Живые ключи
Вот и моя соседка Полина из тех уже детишек, которые своего отца и живым не видали. Ведь она в 1937 году родилась. Когда отец ушел воевать, ей годков пять было. А сейчас уже, конечно, не молодуха. Сама-то двоих хлопчиков поднимала. Муж-то ее Василий, Царство ему небесное, работящий мужик был, но когда мальцы еще пешком под стол ходили, он взял и ушел туда, отколь уже и возврату нет. Погоревала Полина, погоревала и впряглась.
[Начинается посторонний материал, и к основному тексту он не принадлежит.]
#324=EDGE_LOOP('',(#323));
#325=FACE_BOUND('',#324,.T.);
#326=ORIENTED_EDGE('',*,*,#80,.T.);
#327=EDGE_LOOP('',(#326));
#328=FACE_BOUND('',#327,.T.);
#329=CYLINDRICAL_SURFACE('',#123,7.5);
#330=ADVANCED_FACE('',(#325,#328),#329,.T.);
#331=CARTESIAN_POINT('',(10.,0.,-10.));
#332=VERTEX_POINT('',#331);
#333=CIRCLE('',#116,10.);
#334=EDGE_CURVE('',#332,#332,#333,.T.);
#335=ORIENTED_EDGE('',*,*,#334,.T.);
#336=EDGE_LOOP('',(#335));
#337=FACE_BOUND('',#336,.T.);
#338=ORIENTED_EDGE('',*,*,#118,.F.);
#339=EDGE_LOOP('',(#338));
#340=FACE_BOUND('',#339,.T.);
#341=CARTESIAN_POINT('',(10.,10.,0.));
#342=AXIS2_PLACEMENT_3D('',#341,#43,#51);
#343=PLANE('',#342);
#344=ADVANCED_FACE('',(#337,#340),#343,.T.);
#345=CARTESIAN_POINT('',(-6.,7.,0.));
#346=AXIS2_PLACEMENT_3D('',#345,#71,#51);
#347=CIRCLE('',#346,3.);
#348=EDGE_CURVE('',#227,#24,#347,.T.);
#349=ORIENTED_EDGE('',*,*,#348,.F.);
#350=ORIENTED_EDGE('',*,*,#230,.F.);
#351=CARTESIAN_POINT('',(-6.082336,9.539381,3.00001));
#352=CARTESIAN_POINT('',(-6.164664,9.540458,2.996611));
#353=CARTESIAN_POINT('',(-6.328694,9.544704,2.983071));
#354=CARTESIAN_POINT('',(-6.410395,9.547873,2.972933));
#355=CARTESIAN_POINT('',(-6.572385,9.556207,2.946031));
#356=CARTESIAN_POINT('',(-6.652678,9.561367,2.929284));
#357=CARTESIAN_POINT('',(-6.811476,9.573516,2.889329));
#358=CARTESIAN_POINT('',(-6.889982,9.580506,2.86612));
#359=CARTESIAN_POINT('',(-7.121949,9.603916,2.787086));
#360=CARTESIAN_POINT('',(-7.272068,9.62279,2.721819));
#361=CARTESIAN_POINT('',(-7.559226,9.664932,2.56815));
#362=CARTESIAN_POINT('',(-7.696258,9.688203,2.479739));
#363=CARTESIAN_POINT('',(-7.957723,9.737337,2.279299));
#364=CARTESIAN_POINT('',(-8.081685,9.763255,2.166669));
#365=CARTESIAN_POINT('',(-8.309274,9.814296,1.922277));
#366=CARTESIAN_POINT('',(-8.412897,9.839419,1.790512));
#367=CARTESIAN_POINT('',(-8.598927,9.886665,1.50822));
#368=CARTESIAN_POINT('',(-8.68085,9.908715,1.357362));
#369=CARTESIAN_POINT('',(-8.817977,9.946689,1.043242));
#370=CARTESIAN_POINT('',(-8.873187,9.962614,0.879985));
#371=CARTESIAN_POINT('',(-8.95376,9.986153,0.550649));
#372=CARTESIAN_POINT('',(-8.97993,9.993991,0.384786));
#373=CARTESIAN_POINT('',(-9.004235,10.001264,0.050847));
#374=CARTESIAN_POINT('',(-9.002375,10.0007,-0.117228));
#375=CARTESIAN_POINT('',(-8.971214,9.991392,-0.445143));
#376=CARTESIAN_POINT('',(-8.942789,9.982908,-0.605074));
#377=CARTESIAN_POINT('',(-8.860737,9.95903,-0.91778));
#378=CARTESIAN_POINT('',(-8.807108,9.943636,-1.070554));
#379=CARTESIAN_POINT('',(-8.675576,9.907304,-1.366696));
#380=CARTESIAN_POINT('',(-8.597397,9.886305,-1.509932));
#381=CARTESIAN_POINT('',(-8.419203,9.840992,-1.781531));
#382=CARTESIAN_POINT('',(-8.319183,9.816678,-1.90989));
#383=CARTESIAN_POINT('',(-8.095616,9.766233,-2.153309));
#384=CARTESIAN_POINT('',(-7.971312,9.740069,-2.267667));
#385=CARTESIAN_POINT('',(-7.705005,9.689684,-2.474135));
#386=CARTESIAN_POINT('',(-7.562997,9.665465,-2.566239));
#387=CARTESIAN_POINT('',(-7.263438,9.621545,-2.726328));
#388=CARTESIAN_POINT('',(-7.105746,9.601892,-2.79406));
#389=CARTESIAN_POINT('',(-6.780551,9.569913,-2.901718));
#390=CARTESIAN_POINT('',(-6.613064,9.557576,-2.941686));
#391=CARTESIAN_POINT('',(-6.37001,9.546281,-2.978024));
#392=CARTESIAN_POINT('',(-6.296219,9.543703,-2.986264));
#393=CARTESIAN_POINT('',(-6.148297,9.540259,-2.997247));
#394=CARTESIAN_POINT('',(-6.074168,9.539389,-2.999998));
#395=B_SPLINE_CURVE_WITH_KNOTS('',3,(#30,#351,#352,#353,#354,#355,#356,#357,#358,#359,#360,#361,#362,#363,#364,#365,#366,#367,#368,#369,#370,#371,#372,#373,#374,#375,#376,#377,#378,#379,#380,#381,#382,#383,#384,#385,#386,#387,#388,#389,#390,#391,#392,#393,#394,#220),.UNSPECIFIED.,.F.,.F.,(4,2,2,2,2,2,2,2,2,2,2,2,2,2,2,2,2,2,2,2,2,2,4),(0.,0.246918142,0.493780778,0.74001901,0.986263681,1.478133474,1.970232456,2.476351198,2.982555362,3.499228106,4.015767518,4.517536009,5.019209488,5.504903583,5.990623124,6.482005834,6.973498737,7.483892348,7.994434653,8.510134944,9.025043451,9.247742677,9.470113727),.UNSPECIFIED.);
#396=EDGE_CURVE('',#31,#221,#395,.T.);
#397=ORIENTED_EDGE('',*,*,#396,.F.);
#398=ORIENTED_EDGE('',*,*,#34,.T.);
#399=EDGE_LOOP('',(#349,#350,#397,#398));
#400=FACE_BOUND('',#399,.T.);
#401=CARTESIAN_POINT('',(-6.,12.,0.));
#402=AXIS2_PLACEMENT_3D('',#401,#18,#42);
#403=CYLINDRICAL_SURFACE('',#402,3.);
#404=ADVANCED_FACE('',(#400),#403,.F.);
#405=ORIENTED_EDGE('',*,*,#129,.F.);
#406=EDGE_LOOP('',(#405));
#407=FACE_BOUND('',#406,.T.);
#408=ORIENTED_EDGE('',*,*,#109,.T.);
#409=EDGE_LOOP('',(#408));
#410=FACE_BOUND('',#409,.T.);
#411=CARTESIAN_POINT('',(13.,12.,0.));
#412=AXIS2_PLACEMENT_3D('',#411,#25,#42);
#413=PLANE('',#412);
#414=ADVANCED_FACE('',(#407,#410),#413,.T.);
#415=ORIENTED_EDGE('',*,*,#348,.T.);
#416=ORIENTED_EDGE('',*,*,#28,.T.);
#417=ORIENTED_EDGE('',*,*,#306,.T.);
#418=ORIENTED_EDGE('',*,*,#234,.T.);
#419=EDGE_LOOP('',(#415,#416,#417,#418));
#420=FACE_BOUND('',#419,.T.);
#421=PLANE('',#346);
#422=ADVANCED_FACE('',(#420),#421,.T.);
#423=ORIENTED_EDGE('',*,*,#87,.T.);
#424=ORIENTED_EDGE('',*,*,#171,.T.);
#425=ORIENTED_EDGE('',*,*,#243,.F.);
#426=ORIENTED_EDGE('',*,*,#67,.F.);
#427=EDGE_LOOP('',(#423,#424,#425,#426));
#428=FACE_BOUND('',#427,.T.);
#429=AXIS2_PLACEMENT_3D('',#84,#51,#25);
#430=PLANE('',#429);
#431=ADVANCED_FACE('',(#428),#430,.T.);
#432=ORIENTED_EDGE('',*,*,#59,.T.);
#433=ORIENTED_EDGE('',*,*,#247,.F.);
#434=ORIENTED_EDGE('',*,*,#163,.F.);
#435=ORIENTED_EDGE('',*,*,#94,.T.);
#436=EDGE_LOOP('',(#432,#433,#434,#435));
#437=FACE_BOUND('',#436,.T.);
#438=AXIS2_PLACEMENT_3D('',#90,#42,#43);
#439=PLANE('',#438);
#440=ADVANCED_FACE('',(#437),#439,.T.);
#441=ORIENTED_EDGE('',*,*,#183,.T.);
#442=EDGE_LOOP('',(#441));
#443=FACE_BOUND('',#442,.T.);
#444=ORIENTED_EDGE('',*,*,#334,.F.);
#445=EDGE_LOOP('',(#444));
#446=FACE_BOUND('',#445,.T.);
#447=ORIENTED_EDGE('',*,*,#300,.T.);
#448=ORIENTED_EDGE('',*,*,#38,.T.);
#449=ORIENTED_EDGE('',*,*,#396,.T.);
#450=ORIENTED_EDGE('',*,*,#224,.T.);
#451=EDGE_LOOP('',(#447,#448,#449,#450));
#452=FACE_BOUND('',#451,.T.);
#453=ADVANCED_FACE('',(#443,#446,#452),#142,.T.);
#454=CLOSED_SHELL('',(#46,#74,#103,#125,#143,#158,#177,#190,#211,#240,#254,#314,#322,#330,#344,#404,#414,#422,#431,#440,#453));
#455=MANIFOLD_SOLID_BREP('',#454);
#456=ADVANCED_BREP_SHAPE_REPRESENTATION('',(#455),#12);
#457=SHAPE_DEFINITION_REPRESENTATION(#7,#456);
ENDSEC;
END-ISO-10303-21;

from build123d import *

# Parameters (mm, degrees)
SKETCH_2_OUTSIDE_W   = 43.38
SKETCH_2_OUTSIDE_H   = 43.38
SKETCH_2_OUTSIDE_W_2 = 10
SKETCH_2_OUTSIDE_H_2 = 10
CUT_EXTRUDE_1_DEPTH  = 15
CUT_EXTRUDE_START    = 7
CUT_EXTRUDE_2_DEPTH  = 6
Так вот с тех пор и делов, и забот у нее – всё сделать, чтоб детей, значит, поднять.
Младший сын, тот шестидесятого года рождения, вымахал, как говорят, косая сажень в плечах. Правда, головушка буйная, до девок и правды больно охоч. До девок - это понятно, дело молодое. А вот зачем ему правда окаянная, до добра-то она не доводит? Так и у него, Олежека, значит, то заступится за кого, то слабого защищать на троих выходит. Ох, и хлопот он Полине доставил, да и участковому нашему тоже. А так по хозяйству всё тянул, как подрос, мать за это нарадоваться на него не могла. Сам и корову подоит, и в стадо ее выгонит, и на огороде управится, плетень подправит. В общем, мужик, хозяин, одним словом. Правда учеба ему трудно давалась. Но ничего, восемь классов окончил, на шофера выучился. Справный, одним словом хозяин и дом справный. Планы Олег имел: дом новый срубить, дивчину себе присмотрел работящую, из семьи работящей. В общем, пара ему, так в селе решили. А ведь в селе все видно. А тут оказия вышла.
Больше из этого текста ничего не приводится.